On Tue, 2005-04-05 at 18:55 -0400, Christopher Petrilli wrote:
> On Apr 5, 2005 3:48 PM, Simon Riggs <[EMAIL PROTECTED]> wrote:
> > B-trees aren't unique to PostgreSQL; the explanation developed here
> > would work equally well for any database system that used tree-based
> > indexes. Do we still think that MySQL can do this when PostgreSQL
> > cannot? How?
> > 
> > Do we have performance test results showing the same application load
> > without the degradation? We don't need to look at the source code to
> > measure MySQL performance...
> http://www.amber.org/~petrilli/diagrams/comparison_mysql_pgsql.png
> That chart shows MySQL (using INSERT against MyISAM tables) and
> PostgreSQL (using COPY) running with the exact same code otherwise.
> Note that MySQL does hit a bit of a wall, but nothing as drastic as
> PostgreSQL and actually maintains something "more flat".  The red and
> blue dashed lines are the 95th percentile point.

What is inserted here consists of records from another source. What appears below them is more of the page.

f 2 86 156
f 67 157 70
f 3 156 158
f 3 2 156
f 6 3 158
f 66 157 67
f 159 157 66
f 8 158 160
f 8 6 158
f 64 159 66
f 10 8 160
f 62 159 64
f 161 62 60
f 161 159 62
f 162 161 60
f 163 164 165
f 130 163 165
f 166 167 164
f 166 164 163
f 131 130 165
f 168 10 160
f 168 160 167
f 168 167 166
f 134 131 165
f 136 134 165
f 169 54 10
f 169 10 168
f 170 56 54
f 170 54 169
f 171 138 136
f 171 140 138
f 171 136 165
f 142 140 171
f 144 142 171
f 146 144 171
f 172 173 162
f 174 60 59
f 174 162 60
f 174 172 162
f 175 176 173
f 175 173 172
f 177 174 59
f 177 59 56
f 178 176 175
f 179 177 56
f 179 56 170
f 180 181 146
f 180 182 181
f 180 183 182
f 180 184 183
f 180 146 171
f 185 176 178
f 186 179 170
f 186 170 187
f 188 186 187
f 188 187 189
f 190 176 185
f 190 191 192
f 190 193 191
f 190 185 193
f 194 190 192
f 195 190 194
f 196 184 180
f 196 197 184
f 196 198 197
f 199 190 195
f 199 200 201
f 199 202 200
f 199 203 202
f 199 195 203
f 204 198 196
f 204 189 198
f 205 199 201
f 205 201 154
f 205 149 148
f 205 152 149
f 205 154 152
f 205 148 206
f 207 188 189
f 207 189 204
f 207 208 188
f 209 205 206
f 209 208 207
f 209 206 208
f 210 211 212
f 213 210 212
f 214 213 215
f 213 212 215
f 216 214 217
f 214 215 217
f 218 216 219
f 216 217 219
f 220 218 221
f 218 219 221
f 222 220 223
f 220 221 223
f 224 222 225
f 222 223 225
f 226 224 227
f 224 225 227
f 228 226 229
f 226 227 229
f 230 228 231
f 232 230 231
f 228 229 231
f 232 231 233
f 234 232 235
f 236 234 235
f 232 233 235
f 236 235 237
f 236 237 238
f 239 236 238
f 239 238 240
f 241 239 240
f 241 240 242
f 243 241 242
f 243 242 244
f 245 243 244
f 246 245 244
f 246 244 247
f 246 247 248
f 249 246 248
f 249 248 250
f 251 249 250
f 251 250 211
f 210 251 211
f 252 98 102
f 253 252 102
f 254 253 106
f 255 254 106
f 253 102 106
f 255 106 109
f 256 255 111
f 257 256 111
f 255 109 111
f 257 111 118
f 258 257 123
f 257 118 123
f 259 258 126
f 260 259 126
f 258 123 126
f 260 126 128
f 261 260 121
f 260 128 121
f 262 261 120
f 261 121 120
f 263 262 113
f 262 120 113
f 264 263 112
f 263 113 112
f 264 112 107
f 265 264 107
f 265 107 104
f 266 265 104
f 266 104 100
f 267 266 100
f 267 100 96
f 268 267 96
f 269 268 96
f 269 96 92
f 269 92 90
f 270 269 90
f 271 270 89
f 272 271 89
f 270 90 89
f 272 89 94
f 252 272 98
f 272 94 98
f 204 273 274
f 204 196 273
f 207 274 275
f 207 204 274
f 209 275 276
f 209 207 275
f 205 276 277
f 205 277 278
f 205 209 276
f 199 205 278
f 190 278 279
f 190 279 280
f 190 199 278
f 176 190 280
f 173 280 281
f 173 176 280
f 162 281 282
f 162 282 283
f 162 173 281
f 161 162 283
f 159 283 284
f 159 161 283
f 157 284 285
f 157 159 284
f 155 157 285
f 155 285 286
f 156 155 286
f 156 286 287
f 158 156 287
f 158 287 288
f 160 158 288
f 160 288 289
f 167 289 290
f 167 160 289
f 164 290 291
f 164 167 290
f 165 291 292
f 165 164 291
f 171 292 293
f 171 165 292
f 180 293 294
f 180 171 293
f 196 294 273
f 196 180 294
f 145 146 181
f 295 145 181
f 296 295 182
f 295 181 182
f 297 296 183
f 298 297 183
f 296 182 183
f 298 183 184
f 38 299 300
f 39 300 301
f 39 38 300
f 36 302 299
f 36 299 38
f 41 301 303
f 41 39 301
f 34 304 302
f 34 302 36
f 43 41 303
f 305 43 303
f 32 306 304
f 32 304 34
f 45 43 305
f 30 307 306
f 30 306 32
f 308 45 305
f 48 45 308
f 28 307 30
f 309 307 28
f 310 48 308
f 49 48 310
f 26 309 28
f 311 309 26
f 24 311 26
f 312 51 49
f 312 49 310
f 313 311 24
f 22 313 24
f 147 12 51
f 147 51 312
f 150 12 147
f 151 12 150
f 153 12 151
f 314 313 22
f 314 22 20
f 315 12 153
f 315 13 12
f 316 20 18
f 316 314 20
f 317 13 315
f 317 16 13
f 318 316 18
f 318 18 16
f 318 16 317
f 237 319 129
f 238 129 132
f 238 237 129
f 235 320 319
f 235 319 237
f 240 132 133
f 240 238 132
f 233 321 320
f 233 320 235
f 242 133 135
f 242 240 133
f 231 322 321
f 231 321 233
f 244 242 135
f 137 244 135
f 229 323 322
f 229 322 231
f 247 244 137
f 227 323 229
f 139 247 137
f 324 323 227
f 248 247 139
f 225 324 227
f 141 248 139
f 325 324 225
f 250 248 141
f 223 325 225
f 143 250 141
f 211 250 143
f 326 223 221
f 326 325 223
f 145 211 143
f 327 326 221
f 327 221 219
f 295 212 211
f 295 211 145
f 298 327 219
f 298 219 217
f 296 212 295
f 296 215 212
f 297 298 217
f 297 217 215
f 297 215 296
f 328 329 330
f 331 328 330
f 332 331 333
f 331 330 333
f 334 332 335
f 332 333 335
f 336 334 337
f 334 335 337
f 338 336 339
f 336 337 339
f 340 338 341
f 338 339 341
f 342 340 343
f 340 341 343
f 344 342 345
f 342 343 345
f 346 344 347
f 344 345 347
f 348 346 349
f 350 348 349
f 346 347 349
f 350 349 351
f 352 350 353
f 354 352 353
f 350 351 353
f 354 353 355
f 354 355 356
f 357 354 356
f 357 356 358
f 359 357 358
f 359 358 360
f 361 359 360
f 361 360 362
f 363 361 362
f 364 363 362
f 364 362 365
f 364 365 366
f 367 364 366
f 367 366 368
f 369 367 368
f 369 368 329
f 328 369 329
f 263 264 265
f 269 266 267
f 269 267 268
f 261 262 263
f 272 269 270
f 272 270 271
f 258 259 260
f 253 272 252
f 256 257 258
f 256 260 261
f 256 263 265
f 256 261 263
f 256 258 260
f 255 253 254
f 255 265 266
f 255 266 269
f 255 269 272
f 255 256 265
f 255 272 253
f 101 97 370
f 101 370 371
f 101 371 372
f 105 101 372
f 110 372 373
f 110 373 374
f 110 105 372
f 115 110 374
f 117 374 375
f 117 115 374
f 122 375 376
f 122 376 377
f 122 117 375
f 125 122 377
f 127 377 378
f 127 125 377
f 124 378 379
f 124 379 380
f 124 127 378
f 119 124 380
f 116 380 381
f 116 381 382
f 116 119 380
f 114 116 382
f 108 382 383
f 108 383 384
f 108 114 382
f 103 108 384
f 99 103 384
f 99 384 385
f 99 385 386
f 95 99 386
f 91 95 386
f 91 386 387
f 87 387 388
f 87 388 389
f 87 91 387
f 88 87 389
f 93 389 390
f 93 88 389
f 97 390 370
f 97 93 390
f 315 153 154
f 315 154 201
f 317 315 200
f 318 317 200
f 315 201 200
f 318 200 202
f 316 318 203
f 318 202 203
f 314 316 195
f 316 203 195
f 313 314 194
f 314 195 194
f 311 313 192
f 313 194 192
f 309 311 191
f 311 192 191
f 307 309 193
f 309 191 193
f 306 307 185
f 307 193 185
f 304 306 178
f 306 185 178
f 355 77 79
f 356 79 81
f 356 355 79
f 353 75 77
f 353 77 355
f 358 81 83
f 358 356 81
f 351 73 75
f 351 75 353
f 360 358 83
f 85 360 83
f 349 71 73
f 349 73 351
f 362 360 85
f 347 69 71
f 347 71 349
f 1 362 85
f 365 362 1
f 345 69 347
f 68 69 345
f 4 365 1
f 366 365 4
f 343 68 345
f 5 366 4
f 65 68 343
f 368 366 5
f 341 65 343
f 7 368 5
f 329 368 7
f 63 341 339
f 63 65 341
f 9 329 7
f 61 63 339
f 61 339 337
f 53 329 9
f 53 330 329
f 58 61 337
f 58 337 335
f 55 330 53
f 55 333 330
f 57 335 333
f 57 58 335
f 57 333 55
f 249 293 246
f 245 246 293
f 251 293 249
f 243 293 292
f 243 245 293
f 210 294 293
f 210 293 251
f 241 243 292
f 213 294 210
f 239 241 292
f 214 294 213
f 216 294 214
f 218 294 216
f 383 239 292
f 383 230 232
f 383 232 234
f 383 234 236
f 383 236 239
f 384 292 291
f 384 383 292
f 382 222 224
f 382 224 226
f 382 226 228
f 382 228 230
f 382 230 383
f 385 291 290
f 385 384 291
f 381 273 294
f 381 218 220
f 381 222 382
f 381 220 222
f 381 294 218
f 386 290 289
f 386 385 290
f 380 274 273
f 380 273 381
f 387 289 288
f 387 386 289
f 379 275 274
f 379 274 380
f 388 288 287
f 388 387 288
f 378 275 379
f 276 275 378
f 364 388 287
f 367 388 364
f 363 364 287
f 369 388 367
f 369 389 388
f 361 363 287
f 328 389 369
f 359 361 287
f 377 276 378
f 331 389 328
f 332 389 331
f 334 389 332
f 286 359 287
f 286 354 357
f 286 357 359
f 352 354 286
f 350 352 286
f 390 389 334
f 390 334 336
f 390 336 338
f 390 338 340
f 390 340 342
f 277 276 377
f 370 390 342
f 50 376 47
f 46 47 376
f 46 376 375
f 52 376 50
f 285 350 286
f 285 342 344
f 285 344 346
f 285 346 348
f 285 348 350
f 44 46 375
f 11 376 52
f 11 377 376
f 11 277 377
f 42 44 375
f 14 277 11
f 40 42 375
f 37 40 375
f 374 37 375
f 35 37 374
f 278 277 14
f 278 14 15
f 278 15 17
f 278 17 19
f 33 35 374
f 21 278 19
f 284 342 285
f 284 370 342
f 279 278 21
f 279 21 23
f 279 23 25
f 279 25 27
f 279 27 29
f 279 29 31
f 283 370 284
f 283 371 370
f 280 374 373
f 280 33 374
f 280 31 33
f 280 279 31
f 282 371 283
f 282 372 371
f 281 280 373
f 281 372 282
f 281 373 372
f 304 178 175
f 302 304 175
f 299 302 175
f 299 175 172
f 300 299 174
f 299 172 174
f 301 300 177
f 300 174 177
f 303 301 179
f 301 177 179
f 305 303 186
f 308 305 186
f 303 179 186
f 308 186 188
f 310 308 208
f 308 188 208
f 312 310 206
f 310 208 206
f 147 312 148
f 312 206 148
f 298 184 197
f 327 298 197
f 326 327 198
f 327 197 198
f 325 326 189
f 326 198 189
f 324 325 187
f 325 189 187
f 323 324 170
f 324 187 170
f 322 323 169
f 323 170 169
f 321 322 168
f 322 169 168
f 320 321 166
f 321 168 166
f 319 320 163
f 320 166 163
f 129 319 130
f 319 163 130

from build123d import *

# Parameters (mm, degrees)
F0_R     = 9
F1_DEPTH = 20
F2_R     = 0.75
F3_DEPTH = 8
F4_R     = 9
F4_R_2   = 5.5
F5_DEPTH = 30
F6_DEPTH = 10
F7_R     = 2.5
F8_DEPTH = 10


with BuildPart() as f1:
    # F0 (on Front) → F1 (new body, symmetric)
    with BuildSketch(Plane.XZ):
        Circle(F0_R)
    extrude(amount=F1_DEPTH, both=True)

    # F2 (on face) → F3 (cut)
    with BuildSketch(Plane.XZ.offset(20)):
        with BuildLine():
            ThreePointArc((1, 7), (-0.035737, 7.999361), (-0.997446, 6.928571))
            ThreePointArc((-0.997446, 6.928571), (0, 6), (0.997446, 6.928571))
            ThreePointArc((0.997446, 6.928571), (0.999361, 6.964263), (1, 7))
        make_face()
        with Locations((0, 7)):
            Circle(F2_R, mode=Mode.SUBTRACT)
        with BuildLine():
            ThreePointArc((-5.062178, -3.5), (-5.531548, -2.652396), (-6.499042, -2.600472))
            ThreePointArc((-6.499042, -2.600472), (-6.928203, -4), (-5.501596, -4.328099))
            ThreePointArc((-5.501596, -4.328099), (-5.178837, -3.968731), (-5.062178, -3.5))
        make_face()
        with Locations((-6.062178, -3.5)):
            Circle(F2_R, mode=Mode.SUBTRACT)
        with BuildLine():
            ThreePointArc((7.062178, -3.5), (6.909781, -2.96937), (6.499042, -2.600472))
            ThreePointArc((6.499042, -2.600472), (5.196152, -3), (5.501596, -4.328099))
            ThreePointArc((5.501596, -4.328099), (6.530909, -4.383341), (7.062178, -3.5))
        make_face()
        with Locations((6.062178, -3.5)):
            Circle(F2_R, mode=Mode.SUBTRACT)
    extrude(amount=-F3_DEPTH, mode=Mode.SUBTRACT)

Interesting comparison. Any chance of separating the graphs as well, I'm
interested in the detail on both graphs.

Could you estimate the apparent periodicity on the PostgreSQL graphs?

> My suspicion is that what we're seeing is WAL issues, not particularly
> index issues.  The indices just fill up the WAL faster because there's
> more data.  This is a wag basically, but it would seem to explain the
> difference. In both cases, the indices were identical. Five on each.

Let's test the shared_buffers theory.

Would you mind loading only 5M rows per table, but load the same amount
of data overall? That should keep us within the comparable zone overall.